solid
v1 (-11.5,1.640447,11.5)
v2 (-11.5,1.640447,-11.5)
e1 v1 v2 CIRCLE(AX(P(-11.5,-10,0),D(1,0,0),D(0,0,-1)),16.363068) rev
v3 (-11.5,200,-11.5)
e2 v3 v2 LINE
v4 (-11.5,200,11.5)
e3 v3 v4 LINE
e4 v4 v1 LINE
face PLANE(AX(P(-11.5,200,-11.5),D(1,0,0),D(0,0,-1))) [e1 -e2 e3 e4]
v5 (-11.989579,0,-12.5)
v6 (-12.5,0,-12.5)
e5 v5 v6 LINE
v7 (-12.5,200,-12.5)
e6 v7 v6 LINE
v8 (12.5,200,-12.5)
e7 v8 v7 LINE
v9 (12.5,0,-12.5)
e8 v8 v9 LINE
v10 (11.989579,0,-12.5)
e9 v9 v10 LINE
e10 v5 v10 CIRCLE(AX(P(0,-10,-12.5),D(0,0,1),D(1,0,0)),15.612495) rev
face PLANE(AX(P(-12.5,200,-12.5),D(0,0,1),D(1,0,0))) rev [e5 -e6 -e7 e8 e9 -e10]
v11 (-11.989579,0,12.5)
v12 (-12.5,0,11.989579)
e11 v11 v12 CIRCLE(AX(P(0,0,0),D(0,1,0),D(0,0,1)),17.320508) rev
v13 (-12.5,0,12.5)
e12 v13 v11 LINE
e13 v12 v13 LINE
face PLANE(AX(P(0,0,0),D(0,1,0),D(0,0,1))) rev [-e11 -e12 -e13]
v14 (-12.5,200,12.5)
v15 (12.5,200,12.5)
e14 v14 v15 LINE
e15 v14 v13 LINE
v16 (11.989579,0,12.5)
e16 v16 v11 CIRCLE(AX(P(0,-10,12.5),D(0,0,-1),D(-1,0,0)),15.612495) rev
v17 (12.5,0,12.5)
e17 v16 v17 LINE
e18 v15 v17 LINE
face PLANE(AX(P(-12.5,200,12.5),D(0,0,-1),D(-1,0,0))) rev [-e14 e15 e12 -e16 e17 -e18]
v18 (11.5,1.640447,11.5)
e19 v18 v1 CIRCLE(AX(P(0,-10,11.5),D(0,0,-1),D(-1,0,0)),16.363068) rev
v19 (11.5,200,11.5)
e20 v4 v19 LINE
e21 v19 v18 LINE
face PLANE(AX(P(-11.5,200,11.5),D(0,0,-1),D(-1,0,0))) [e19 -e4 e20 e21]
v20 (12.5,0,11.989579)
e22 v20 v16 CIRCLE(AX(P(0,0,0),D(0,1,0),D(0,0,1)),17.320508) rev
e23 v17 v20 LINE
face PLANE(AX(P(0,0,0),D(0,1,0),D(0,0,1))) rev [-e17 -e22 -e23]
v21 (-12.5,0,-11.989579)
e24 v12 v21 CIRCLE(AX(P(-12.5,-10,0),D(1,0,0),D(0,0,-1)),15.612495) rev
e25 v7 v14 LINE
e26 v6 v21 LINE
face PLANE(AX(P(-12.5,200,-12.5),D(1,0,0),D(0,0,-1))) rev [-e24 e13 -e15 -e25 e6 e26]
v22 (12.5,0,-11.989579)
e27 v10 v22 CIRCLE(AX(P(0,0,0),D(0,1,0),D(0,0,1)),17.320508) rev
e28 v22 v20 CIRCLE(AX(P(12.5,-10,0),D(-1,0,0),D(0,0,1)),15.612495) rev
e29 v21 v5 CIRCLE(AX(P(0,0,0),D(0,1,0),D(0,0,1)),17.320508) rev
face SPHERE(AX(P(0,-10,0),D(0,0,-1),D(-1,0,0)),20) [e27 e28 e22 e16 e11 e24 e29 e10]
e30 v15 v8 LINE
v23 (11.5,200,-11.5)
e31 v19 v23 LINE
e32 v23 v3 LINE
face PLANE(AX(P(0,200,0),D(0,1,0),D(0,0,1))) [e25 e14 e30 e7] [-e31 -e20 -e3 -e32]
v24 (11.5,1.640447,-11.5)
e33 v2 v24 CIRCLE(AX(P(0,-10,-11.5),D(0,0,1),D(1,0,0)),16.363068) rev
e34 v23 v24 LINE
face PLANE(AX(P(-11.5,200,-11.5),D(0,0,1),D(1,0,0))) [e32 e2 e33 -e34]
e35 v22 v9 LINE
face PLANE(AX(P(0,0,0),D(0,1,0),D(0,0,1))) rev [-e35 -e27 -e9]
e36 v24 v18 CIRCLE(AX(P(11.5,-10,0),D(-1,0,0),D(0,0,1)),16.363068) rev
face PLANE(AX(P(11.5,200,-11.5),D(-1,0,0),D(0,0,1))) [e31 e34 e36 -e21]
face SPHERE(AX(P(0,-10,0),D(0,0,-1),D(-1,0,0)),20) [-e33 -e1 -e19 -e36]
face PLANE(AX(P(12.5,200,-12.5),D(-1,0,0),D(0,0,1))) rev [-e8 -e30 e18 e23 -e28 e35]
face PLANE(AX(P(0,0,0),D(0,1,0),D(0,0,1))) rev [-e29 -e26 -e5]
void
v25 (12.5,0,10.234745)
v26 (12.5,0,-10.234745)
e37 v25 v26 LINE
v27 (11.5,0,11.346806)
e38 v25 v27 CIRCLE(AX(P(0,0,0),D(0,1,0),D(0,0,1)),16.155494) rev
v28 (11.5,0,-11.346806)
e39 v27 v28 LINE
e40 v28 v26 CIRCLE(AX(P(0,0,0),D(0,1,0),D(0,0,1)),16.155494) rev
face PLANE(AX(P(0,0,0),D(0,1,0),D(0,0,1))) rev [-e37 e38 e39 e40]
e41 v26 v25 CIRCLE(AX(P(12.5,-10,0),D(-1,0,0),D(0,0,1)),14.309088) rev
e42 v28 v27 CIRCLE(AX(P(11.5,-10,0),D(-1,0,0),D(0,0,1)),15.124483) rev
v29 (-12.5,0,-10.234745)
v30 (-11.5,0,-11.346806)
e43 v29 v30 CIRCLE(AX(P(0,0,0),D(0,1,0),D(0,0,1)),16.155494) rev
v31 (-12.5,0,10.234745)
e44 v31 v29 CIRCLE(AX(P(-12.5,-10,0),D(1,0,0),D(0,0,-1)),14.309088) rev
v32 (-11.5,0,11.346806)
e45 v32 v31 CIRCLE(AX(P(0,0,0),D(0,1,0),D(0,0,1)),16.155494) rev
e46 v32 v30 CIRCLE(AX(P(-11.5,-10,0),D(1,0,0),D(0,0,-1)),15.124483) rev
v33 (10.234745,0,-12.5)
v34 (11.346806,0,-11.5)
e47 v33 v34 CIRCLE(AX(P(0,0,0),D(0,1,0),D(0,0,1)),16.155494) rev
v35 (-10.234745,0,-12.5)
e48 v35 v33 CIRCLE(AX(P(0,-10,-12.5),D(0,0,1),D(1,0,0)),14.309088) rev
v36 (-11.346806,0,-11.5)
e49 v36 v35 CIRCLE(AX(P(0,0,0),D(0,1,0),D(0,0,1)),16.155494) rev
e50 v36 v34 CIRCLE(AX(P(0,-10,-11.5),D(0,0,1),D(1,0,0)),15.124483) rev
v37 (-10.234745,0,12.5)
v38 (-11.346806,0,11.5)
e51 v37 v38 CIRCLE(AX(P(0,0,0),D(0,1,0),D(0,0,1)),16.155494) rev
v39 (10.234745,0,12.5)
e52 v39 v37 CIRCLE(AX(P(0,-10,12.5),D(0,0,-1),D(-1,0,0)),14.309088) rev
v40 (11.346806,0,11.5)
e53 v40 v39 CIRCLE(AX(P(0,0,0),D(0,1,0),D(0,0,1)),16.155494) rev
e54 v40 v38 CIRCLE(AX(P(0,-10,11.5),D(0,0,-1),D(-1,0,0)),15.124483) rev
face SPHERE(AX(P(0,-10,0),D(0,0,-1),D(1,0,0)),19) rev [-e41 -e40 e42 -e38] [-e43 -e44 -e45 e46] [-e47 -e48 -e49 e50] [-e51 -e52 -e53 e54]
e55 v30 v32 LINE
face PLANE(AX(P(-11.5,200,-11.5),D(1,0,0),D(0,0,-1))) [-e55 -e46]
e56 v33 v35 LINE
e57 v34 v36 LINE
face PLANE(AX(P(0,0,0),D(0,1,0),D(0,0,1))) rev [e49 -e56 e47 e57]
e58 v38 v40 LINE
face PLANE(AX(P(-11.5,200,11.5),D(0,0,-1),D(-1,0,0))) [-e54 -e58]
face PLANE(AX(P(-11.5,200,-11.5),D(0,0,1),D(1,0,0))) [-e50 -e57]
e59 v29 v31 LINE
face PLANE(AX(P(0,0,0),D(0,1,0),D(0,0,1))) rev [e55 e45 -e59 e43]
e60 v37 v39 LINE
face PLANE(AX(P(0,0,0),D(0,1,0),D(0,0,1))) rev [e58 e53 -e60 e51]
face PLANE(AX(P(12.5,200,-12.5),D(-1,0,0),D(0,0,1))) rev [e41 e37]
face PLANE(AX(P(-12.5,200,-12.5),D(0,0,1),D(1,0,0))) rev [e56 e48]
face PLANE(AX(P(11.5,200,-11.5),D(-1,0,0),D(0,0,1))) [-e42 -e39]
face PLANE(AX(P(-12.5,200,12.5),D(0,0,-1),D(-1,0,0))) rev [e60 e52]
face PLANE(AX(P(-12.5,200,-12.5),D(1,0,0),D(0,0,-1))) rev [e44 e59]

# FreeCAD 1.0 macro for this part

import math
import FreeCAD as App
import Part
import Sketcher
Q = App.Units.Quantity

doc = App.newDocument("Part")
body = doc.addObject("PartDesign::Body", "Body")

# Sketch on XZ plane
sketch1 = body.newObject("Sketcher::SketchObject", "Sketch")
sketch1.AttachmentSupport = (doc.getObject("XZ_Plane"), [""])
sketch1.MapMode = "FlatFace"
sketch1.addGeometry(Part.LineSegment(App.Vector(-12, -12, 0), App.Vector(-12, 12, 0)), False)
sketch1.addGeometry(Part.LineSegment(App.Vector(-12, 12, 0), App.Vector(12, 12, 0)), False)
sketch1.addGeometry(Part.LineSegment(App.Vector(12, 12, 0), App.Vector(12, -12, 0)), False)
sketch1.addGeometry(Part.LineSegment(App.Vector(12, -12, 0), App.Vector(-12, -12, 0)), False)
sketch1.addGeometry(Part.LineSegment(App.Vector(12, 12, 0), App.Vector(-12, 12, 0)), False)
sketch1.addGeometry(Part.LineSegment(App.Vector(-12, 12, 0), App.Vector(-12, -12, 0)), False)
sketch1.addGeometry(Part.LineSegment(App.Vector(-12, -12, 0), App.Vector(12, -12, 0)), False)
sketch1.addGeometry(Part.LineSegment(App.Vector(12, -12, 0), App.Vector(12, 12, 0)), False)
sketch1.addConstraint(Sketcher.Constraint("Coincident", 0, 2, 1, 1))
sketch1.addConstraint(Sketcher.Constraint("Coincident", 1, 2, 2, 1))
sketch1.addConstraint(Sketcher.Constraint("Coincident", 2, 2, 3, 1))
sketch1.addConstraint(Sketcher.Constraint("Coincident", 3, 2, 0, 1))
sketch1.addConstraint(Sketcher.Constraint("Coincident", 4, 2, 5, 1))
sketch1.addConstraint(Sketcher.Constraint("Coincident", 5, 2, 6, 1))
sketch1.addConstraint(Sketcher.Constraint("Coincident", 6, 2, 7, 1))
sketch1.addConstraint(Sketcher.Constraint("Coincident", 7, 2, 4, 1))
sketch1.addConstraint(Sketcher.Constraint("Vertical", 0))
sketch1.addConstraint(Sketcher.Constraint("Horizontal", 1))
sketch1.addConstraint(Sketcher.Constraint("Vertical", 2))
sketch1.addConstraint(Sketcher.Constraint("Horizontal", 3))
sketch1.addConstraint(Sketcher.Constraint("Horizontal", 4))
sketch1.addConstraint(Sketcher.Constraint("Vertical", 5))
sketch1.addConstraint(Sketcher.Constraint("Horizontal", 6))
sketch1.addConstraint(Sketcher.Constraint("Vertical", 7))
sketch1.addConstraint(Sketcher.Constraint("Symmetric", 0, 2, 2, 2, -1, 1))
sketch1.addConstraint(Sketcher.Constraint("Symmetric", 4, 2, 6, 2, -1, 1))
sketch1.addConstraint(Sketcher.Constraint("Equal", 3, 0))
sketch1.addConstraint(Sketcher.Constraint("Equal", 6, 5))
sketch1.addConstraint(Sketcher.Constraint("DistanceX", 1, 1, 1, 2, Q("25 mm")))
sketch1.addConstraint(Sketcher.Constraint("DistanceX", 4, 2, 4, 1, Q("23 mm")))
pad1 = body.newObject("PartDesign::Pad", "Pad")
pad1.Profile = sketch1
pad1.Length = 200
pad1.Reversed = True

# Sketch on XZ plane
sketch2 = body.newObject("Sketcher::SketchObject", "Sketch001")
sketch2.AttachmentSupport = (doc.getObject("XZ_Plane"), [""])
sketch2.MapMode = "FlatFace"
sketch2.AttachmentOffset = App.Placement(App.Vector(0, 0, 10), App.Rotation())
sketch2.addGeometry(Part.LineSegment(App.Vector(0, -19, 0), App.Vector(0, -20, 0)), False)
sketch2.addGeometry(Part.ArcOfCircle(Part.Circle(App.Vector(0, 0, 0), App.Vector(0, 0, 1), 20), math.radians(-90), math.radians(90)), False)
sketch2.addGeometry(Part.LineSegment(App.Vector(0, 20, 0), App.Vector(0, 19, 0)), False)
sketch2.addGeometry(Part.ArcOfCircle(Part.Circle(App.Vector(0, 0, 0), App.Vector(0, 0, 1), 19), math.radians(-90), math.radians(90)), False)
sketch2.addConstraint(Sketcher.Constraint("Coincident", 0, 2, 1, 1))
sketch2.addConstraint(Sketcher.Constraint("Coincident", 1, 2, 2, 1))
sketch2.addConstraint(Sketcher.Constraint("Coincident", 2, 2, 3, 2))
sketch2.addConstraint(Sketcher.Constraint("Coincident", 3, 1, 0, 1))
sketch2.addConstraint(Sketcher.Constraint("Vertical", 0))
sketch2.addConstraint(Sketcher.Constraint("Vertical", 2))
sketch2.addConstraint(Sketcher.Constraint("Coincident", 1, 3, -1, 1))
sketch2.addConstraint(Sketcher.Constraint("Coincident", 3, 3, -1, 1))
sketch2.addConstraint(Sketcher.Constraint("PointOnObject", 0, 2, -2))
sketch2.addConstraint(Sketcher.Constraint("PointOnObject", 1, 2, -2))
sketch2.addConstraint(Sketcher.Constraint("Radius", 1, Q("20 mm")))
sketch2.addConstraint(Sketcher.Constraint("Radius", 3, Q("19 mm")))
revolution = body.newObject("PartDesign::Revolution", "Revolution")
revolution.Profile = sketch2
revolution.ReferenceAxis = (sketch2, ["V_Axis"])
revolution.Angle = 360

doc.recompute()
-=-=-=-=-
- Try it -
All lines above from the one holding "v4 (-11.5,200,11.5)" to the one holding "face PLANE(AX(P(0,0,0),D(0,1,0),D(0,0,1))) rev [-e35", inclusive, are to be copied exactly; no other line is wanted.

- Output below -
v4 (-11.5,200,11.5)
e3 v3 v4 LINE
e4 v4 v1 LINE
face PLANE(AX(P(-11.5,200,-11.5),D(1,0,0),D(0,0,-1))) [e1 -e2 e3 e4]
v5 (-11.989579,0,-12.5)
v6 (-12.5,0,-12.5)
e5 v5 v6 LINE
v7 (-12.5,200,-12.5)
e6 v7 v6 LINE
v8 (12.5,200,-12.5)
e7 v8 v7 LINE
v9 (12.5,0,-12.5)
e8 v8 v9 LINE
v10 (11.989579,0,-12.5)
e9 v9 v10 LINE
e10 v5 v10 CIRCLE(AX(P(0,-10,-12.5),D(0,0,1),D(1,0,0)),15.612495) rev
face PLANE(AX(P(-12.5,200,-12.5),D(0,0,1),D(1,0,0))) rev [e5 -e6 -e7 e8 e9 -e10]
v11 (-11.989579,0,12.5)
v12 (-12.5,0,11.989579)
e11 v11 v12 CIRCLE(AX(P(0,0,0),D(0,1,0),D(0,0,1)),17.320508) rev
v13 (-12.5,0,12.5)
e12 v13 v11 LINE
e13 v12 v13 LINE
face PLANE(AX(P(0,0,0),D(0,1,0),D(0,0,1))) rev [-e11 -e12 -e13]
v14 (-12.5,200,12.5)
v15 (12.5,200,12.5)
e14 v14 v15 LINE
e15 v14 v13 LINE
v16 (11.989579,0,12.5)
e16 v16 v11 CIRCLE(AX(P(0,-10,12.5),D(0,0,-1),D(-1,0,0)),15.612495) rev
v17 (12.5,0,12.5)
e17 v16 v17 LINE
e18 v15 v17 LINE
face PLANE(AX(P(-12.5,200,12.5),D(0,0,-1),D(-1,0,0))) rev [-e14 e15 e12 -e16 e17 -e18]
v18 (11.5,1.640447,11.5)
e19 v18 v1 CIRCLE(AX(P(0,-10,11.5),D(0,0,-1),D(-1,0,0)),16.363068) rev
v19 (11.5,200,11.5)
e20 v4 v19 LINE
e21 v19 v18 LINE
face PLANE(AX(P(-11.5,200,11.5),D(0,0,-1),D(-1,0,0))) [e19 -e4 e20 e21]
v20 (12.5,0,11.989579)
e22 v20 v16 CIRCLE(AX(P(0,0,0),D(0,1,0),D(0,0,1)),17.320508) rev
e23 v17 v20 LINE
face PLANE(AX(P(0,0,0),D(0,1,0),D(0,0,1))) rev [-e17 -e22 -e23]
v21 (-12.5,0,-11.989579)
e24 v12 v21 CIRCLE(AX(P(-12.5,-10,0),D(1,0,0),D(0,0,-1)),15.612495) rev
e25 v7 v14 LINE
e26 v6 v21 LINE
face PLANE(AX(P(-12.5,200,-12.5),D(1,0,0),D(0,0,-1))) rev [-e24 e13 -e15 -e25 e6 e26]
v22 (12.5,0,-11.989579)
e27 v10 v22 CIRCLE(AX(P(0,0,0),D(0,1,0),D(0,0,1)),17.320508) rev
e28 v22 v20 CIRCLE(AX(P(12.5,-10,0),D(-1,0,0),D(0,0,1)),15.612495) rev
e29 v21 v5 CIRCLE(AX(P(0,0,0),D(0,1,0),D(0,0,1)),17.320508) rev
face SPHERE(AX(P(0,-10,0),D(0,0,-1),D(-1,0,0)),20) [e27 e28 e22 e16 e11 e24 e29 e10]
e30 v15 v8 LINE
v23 (11.5,200,-11.5)
e31 v19 v23 LINE
e32 v23 v3 LINE
face PLANE(AX(P(0,200,0),D(0,1,0),D(0,0,1))) [e25 e14 e30 e7] [-e31 -e20 -e3 -e32]
v24 (11.5,1.640447,-11.5)
e33 v2 v24 CIRCLE(AX(P(0,-10,-11.5),D(0,0,1),D(1,0,0)),16.363068) rev
e34 v23 v24 LINE
face PLANE(AX(P(-11.5,200,-11.5),D(0,0,1),D(1,0,0))) [e32 e2 e33 -e34]
e35 v22 v9 LINE
face PLANE(AX(P(0,0,0),D(0,1,0),D(0,0,1))) rev [-e35 -e27 -e9]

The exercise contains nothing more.